Within a few months Horace then married Baby Doe in Washington, D.C., on March 1, 1883. However, the Denver divorce between Horace and Augusta was evaluated by a judge and several attorneys, and legal opinions seemed to have consensus that the divorce was invalid, (although Augusta eventually stopped challenging it). But it doesn’t end here... two days after Horace and Baby Doe had gotten “legally” married in Washington, D.C., at the Willard Hotel, the Catholic priest who married them later returned the $200 Horace had given him for performing the ceremony and even refused to make the marriage a part of St. Mary’s records. The newspapers had exposed the previous Horace/Augusta “divorce” in Durango, and the the quick Horace/Baby Doe “marriage” in St. Louis, and finally the questionable 1883 Denver divorce from Augusta. The priest had known nothing about any of this, nor had anyone bothered to tell him during the pre-marriage interviews. He was incensed that he’d married two divorced people - one even a Catholic - and he clearly believed he’d been deceived by everyone involved.

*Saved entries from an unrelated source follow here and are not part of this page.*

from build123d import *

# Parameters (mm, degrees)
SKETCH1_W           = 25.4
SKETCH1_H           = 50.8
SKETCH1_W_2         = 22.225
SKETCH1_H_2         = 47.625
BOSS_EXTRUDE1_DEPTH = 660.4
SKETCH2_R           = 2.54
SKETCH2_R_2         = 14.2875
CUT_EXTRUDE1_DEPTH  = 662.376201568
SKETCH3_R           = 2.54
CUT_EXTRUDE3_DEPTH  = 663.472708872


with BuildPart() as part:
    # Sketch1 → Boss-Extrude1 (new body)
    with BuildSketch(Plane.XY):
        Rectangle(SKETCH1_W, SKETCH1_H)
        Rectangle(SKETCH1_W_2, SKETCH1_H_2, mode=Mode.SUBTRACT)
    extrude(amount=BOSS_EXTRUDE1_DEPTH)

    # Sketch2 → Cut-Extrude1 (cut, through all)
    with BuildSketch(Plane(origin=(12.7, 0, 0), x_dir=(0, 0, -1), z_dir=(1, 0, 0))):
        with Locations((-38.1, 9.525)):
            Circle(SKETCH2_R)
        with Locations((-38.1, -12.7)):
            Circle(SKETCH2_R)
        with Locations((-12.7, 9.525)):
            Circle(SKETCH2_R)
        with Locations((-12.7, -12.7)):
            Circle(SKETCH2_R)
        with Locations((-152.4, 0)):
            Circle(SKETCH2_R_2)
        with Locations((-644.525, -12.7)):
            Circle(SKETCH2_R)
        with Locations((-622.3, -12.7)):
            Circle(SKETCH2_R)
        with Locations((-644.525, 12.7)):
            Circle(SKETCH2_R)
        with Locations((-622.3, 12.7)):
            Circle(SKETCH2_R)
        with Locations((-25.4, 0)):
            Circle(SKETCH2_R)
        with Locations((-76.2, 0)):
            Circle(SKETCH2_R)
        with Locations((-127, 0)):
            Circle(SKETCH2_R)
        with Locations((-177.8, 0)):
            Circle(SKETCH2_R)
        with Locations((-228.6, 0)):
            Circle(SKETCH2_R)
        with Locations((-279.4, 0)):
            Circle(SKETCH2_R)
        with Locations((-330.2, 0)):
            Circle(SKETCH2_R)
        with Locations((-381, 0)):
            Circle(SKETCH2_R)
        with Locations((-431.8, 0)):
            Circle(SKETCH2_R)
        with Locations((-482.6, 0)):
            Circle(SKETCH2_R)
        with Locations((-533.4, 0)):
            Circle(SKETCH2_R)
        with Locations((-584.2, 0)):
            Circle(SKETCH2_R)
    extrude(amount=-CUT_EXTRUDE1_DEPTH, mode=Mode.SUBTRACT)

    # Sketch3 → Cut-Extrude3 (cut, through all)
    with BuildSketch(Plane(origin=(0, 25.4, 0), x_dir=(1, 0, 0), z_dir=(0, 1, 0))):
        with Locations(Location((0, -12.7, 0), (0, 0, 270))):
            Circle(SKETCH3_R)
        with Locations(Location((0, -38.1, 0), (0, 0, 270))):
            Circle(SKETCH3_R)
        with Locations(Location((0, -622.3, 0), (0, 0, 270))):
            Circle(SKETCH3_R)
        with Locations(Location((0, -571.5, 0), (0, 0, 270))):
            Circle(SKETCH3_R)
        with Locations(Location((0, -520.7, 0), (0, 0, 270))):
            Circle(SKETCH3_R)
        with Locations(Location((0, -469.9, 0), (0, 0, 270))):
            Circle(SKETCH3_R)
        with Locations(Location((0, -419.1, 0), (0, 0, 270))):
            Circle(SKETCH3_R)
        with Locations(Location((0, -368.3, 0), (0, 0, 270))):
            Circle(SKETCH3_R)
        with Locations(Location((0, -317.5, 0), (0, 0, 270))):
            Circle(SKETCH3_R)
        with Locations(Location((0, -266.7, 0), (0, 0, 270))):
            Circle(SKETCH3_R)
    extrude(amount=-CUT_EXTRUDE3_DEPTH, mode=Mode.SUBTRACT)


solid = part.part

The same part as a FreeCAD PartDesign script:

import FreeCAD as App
import Part
import Sketcher
Q = App.Units.Quantity

doc = App.newDocument("Part")
body = doc.addObject("PartDesign::Body", "Body")

sketch1 = body.newObject("Sketcher::SketchObject", "Sketch")
sketch1.AttachmentSupport = (doc.getObject("XY_Plane"), [""])
sketch1.MapMode = "FlatFace"
sketch1.addGeometry([
    Part.LineSegment(App.Vector(-12.7, 25.4, 0), App.Vector(-12.7, -25.4, 0)),
    Part.LineSegment(App.Vector(-12.7, -25.4, 0), App.Vector(12.7, -25.4, 0)),
    Part.LineSegment(App.Vector(12.7, -25.4, 0), App.Vector(12.7, 25.4, 0)),
    Part.LineSegment(App.Vector(12.7, 25.4, 0), App.Vector(-12.7, 25.4, 0)),
    Part.LineSegment(App.Vector(11.1125, -23.8125, 0), App.Vector(-11.1125, -23.8125, 0)),
    Part.LineSegment(App.Vector(-11.1125, -23.8125, 0), App.Vector(-11.1125, 23.8125, 0)),
    Part.LineSegment(App.Vector(-11.1125, 23.8125, 0), App.Vector(11.1125, 23.8125, 0)),
    Part.LineSegment(App.Vector(11.1125, 23.8125, 0), App.Vector(11.1125, -23.8125, 0)),
], False)
sketch1.addConstraint([
    Sketcher.Constraint("Coincident", 0, 2, 1, 1),
    Sketcher.Constraint("Coincident", 1, 2, 2, 1),
    Sketcher.Constraint("Coincident", 2, 2, 3, 1),
    Sketcher.Constraint("Coincident", 3, 2, 0, 1),
    Sketcher.Constraint("Coincident", 4, 2, 5, 1),
    Sketcher.Constraint("Coincident", 5, 2, 6, 1),
    Sketcher.Constraint("Coincident", 6, 2, 7, 1),
    Sketcher.Constraint("Coincident", 7, 2, 4, 1),
    Sketcher.Constraint("Vertical", 0),
    Sketcher.Constraint("Horizontal", 1),
    Sketcher.Constraint("Vertical", 2),
    Sketcher.Constraint("Horizontal", 3),
    Sketcher.Constraint("Horizontal", 4),
    Sketcher.Constraint("Vertical", 5),
    Sketcher.Constraint("Horizontal", 6),
    Sketcher.Constraint("Vertical", 7),
    Sketcher.Constraint("Symmetric", 0, 2, 2, 2, -1, 1),
    Sketcher.Constraint("Symmetric", 4, 2, 6, 2, -1, 1),
    Sketcher.Constraint("DistanceX", 1, 1, 1, 2, Q("1 in")),
    Sketcher.Constraint("DistanceY", 0, 2, 0, 1, Q("2 in")),
    Sketcher.Constraint("DistanceX", 4, 2, 4, 1, Q("0.875 in")),
    Sketcher.Constraint("DistanceY", 5, 1, 5, 2, Q("1.875 in")),
])
pad1 = body.newObject("PartDesign::Pad", "Pad")
pad1.Profile = sketch1
pad1.Length = Q("26 in")

sketch2 = body.newObject("Sketcher::SketchObject", "Sketch001")
sketch2.AttachmentSupport = (doc.getObject("YZ_Plane"), [""])
sketch2.MapMode = "FlatFace"
sketch2.AttachmentOffset = App.Placement(App.Vector(0, 0, 0.5 * 25.4), App.Rotation())
sketch2.addGeometry([
    Part.Circle(App.Vector(9.525, 38.1, 0), App.Vector(0, 0, 1), 2.54),
    Part.Circle(App.Vector(-12.7, 38.1, 0), App.Vector(0, 0, 1), 2.54),
    Part.Circle(App.Vector(9.525, 12.7, 0), App.Vector(0, 0, 1), 2.54),
    Part.Circle(App.Vector(-12.7, 12.7, 0), App.Vector(0, 0, 1), 2.54),
    Part.Circle(App.Vector(0, 152.4, 0), App.Vector(0, 0, 1), 14.2875),
    Part.Circle(App.Vector(-12.7, 644.525, 0), App.Vector(0, 0, 1), 2.54),
    Part.Circle(App.Vector(-12.7, 622.3, 0), App.Vector(0, 0, 1), 2.54),
    Part.Circle(App.Vector(12.7, 644.525, 0), App.Vector(0, 0, 1), 2.54),
    Part.Circle(App.Vector(12.7, 622.3, 0), App.Vector(0, 0, 1), 2.54),
    Part.Circle(App.Vector(0, 25.4, 0), App.Vector(0, 0, 1), 2.54),
    Part.Circle(App.Vector(0, 76.2, 0), App.Vector(0, 0, 1), 2.54),
    Part.Circle(App.Vector(0, 127, 0), App.Vector(0, 0, 1), 2.54),
    Part.Circle(App.Vector(0, 177.8, 0), App.Vector(0, 0, 1), 2.54),
    Part.Circle(App.Vector(0, 228.6, 0), App.Vector(0, 0, 1), 2.54),
    Part.Circle(App.Vector(0, 279.4, 0), App.Vector(0, 0, 1), 2.54),
    Part.Circle(App.Vector(0, 330.2, 0), App.Vector(0, 0, 1), 2.54),
    Part.Circle(App.Vector(0, 381, 0), App.Vector(0, 0, 1), 2.54),
    Part.Circle(App.Vector(0, 431.8, 0), App.Vector(0, 0, 1), 2.54),
    Part.Circle(App.Vector(0, 482.6, 0), App.Vector(0, 0, 1), 2.54),
    Part.Circle(App.Vector(0, 533.4, 0), App.Vector(0, 0, 1), 2.54),
    Part.Circle(App.Vector(0, 584.2, 0), App.Vector(0, 0, 1), 2.54),
], False)
sketch2.addConstraint([
    Sketcher.Constraint("Equal", 0, 1),
    Sketcher.Constraint("Equal", 1, 2),
    Sketcher.Constraint("Equal", 2, 3),
    Sketcher.Constraint("Equal", 3, 5),
    Sketcher.Constraint("Equal", 5, 6),
    Sketcher.Constraint("Equal", 6, 7),
    Sketcher.Constraint("Equal", 7, 8),
    Sketcher.Constraint("Equal", 8, 9),
    Sketcher.Constraint("Equal", 9, 10),
    Sketcher.Constraint("Equal", 10, 11),
    Sketcher.Constraint("Equal", 11, 12),
    Sketcher.Constraint("Equal", 12, 13),
    Sketcher.Constraint("Equal", 13, 14),
    Sketcher.Constraint("Equal", 14, 15),
    Sketcher.Constraint("Equal", 15, 16),
    Sketcher.Constraint("Equal", 16, 17),
    Sketcher.Constraint("Equal", 17, 18),
    Sketcher.Constraint("Equal", 18, 19),
    Sketcher.Constraint("Equal", 19, 20),
    Sketcher.Constraint("Symmetric", 5, 3, 7, 3, -2),
    Sketcher.Constraint("Symmetric", 6, 3, 8, 3, -2),
    Sketcher.Constraint("PointOnObject", 4, 3, -2),
    Sketcher.Constraint("PointOnObject", 9, 3, -2),
    Sketcher.Constraint("PointOnObject", 10, 3, -2),
    Sketcher.Constraint("PointOnObject", 11, 3, -2),
    Sketcher.Constraint("PointOnObject", 12, 3, -2),
    Sketcher.Constraint("PointOnObject", 13, 3, -2),
    Sketcher.Constraint("PointOnObject", 14, 3, -2),
    Sketcher.Constraint("PointOnObject", 15, 3, -2),
    Sketcher.Constraint("PointOnObject", 16, 3, -2),
    Sketcher.Constraint("PointOnObject", 17, 3, -2),
    Sketcher.Constraint("PointOnObject", 18, 3, -2),
    Sketcher.Constraint("PointOnObject", 19, 3, -2),
    Sketcher.Constraint("PointOnObject", 20, 3, -2),
    Sketcher.Constraint("Horizontal", 0, 3, 1, 3),
    Sketcher.Constraint("Horizontal", 2, 3, 3, 3),
    Sketcher.Constraint("Vertical", 0, 3, 2, 3),
    Sketcher.Constraint("Vertical", 1, 3, 3, 3),
    Sketcher.Constraint("Vertical", 3, 3, 5, 3),
    Sketcher.Constraint("Vertical", 5, 3, 6, 3),
    Sketcher.Constraint("Diameter", 0, Q("0.2 in")),
    Sketcher.Constraint("Diameter", 4, Q("1.125 in")),
    Sketcher.Constraint("DistanceY", -1, 1, 4, 3, Q("6 in")),
    Sketcher.Constraint("DistanceY", -1, 1, 9, 3, Q("1 in")),
    Sketcher.Constraint("DistanceY", -1, 1, 10, 3, Q("3 in")),
    Sketcher.Constraint("DistanceY", -1, 1, 11, 3, Q("5 in")),
    Sketcher.Constraint("DistanceY", -1, 1, 12, 3, Q("7 in")),
    Sketcher.Constraint("DistanceY", -1, 1, 13, 3, Q("9 in")),
    Sketcher.Constraint("DistanceY", -1, 1, 14, 3, Q("11 in")),
    Sketcher.Constraint("DistanceY", -1, 1, 15, 3, Q("13 in")),
    Sketcher.Constraint("DistanceY", -1, 1, 16, 3, Q("15 in")),
    Sketcher.Constraint("DistanceY", -1, 1, 17, 3, Q("17 in")),
    Sketcher.Constraint("DistanceY", -1, 1, 18, 3, Q("19 in")),
    Sketcher.Constraint("DistanceY", -1, 1, 19, 3, Q("21 in")),
    Sketcher.Constraint("DistanceY", -1, 1, 20, 3, Q("23 in")),
    Sketcher.Constraint("DistanceY", 2, 3, 0, 3, Q("1 in")),
    Sketcher.Constraint("DistanceY", 1, 3, 6, 3, Q("23 in")),
    Sketcher.Constraint("DistanceX", 5, 3, 7, 3, Q("1 in")),
    Sketcher.Constraint("DistanceY", -1, 1, 0, 3, Q("1.5 in")),
    Sketcher.Constraint("DistanceX", -1, 1, 0, 3, Q("0.375 in")),
    Sketcher.Constraint("DistanceY", -1, 1, 5, 3, Q("25.375 in")),
])
pocket1 = body.newObject("PartDesign::Pocket", "Pocket")
pocket1.Profile = sketch2
pocket1.Type = "ThroughAll"

sketch3 = body.newObject("Sketcher::SketchObject", "Sketch002")
sketch3.AttachmentSupport = (doc.getObject("XZ_Plane"), [""])
sketch3.MapMode = "FlatFace"
sketch3.AttachmentOffset = App.Placement(App.Vector(0, 0, -1 * 25.4), App.Rotation())
sketch3.addGeometry([
    Part.Circle(App.Vector(0, 12.7, 0), App.Vector(0, 0, 1), 2.54),
    Part.Circle(App.Vector(0, 38.1, 0), App.Vector(0, 0, 1), 2.54),
    Part.Circle(App.Vector(0, 622.3, 0), App.Vector(0, 0, 1), 2.54),
    Part.Circle(App.Vector(0, 571.5, 0), App.Vector(0, 0, 1), 2.54),
    Part.Circle(App.Vector(0, 520.7, 0), App.Vector(0, 0, 1), 2.54),
    Part.Circle(App.Vector(0, 469.9, 0), App.Vector(0, 0, 1), 2.54),
    Part.Circle(App.Vector(0, 419.1, 0), App.Vector(0, 0, 1), 2.54),
    Part.Circle(App.Vector(0, 368.3, 0), App.Vector(0, 0, 1), 2.54),
    Part.Circle(App.Vector(0, 317.5, 0), App.Vector(0, 0, 1), 2.54),
    Part.Circle(App.Vector(0, 266.7, 0), App.Vector(0, 0, 1), 2.54),
], False)
sketch3.addConstraint([
    Sketcher.Constraint("Equal", 0, 1),
    Sketcher.Constraint("Equal", 1, 2),
    Sketcher.Constraint("Equal", 2, 3),
    Sketcher.Constraint("Equal", 3, 4),
    Sketcher.Constraint("Equal", 4, 5),
    Sketcher.Constraint("Equal", 5, 6),
    Sketcher.Constraint("Equal", 6, 7),
    Sketcher.Constraint("Equal", 7, 8),
    Sketcher.Constraint("Equal", 8, 9),
    Sketcher.Constraint("PointOnObject", 0, 3, -2),
    Sketcher.Constraint("PointOnObject", 1, 3, -2),
    Sketcher.Constraint("PointOnObject", 2, 3, -2),
    Sketcher.Constraint("PointOnObject", 3, 3, -2),
    Sketcher.Constraint("PointOnObject", 4, 3, -2),
    Sketcher.Constraint("PointOnObject", 5, 3, -2),
    Sketcher.Constraint("PointOnObject", 6, 3, -2),
    Sketcher.Constraint("PointOnObject", 7, 3, -2),
    Sketcher.Constraint("PointOnObject", 8, 3, -2),
    Sketcher.Constraint("PointOnObject", 9, 3, -2),
    Sketcher.Constraint("Diameter", 0, Q("0.2 in")),
    Sketcher.Constraint("DistanceY", 0, 3, 1, 3, Q("1 in")),
    Sketcher.Constraint("DistanceY", 1, 3, 2, 3, Q("23 in")),
    Sketcher.Constraint("DistanceY", 3, 3, 2, 3, Q("2 in")),
    Sketcher.Constraint("DistanceY", 4, 3, 3, 3, Q("2 in")),
    Sketcher.Constraint("DistanceY", 5, 3, 4, 3, Q("2 in")),
    Sketcher.Constraint("DistanceY", 6, 3, 5, 3, Q("2 in")),
    Sketcher.Constraint("DistanceY", 7, 3, 6, 3, Q("2 in")),
    Sketcher.Constraint("DistanceY", 8, 3, 7, 3, Q("2 in")),
    Sketcher.Constraint("DistanceY", 9, 3, 8, 3, Q("2 in")),
    Sketcher.Constraint("DistanceY", -1, 1, 0, 3, Q("0.5 in")),
])
pocket2 = body.newObject("PartDesign::Pocket", "Pocket001")
pocket2.Profile = sketch3
pocket2.Type = "ThroughAll"
pocket2.Reversed = True

doc.recompute()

It was written later by Baby Doe’s sister that their father suffered miserably for his transgressions against the church and that he died within a few months after the wedding in Washington “from guilt of knowing he’d lied to the priest.”
The Mysteries:
First, if the facts, dates and legal proceedings don’t boggle your mind, here’s a synopsis of what went on:
1880– Baby Doe & Harvey Doe divorce
Summer 1882 - illegal divorce between Horace and Augusta filed in Durango
September, 1882 - illegal marriage of Horace & Baby Doe in St. Louis
January, 1883 - Augusta agrees to second divorce filed by Horace
March, 1883 - Horace & Baby Doe marriage in Washington, D. C.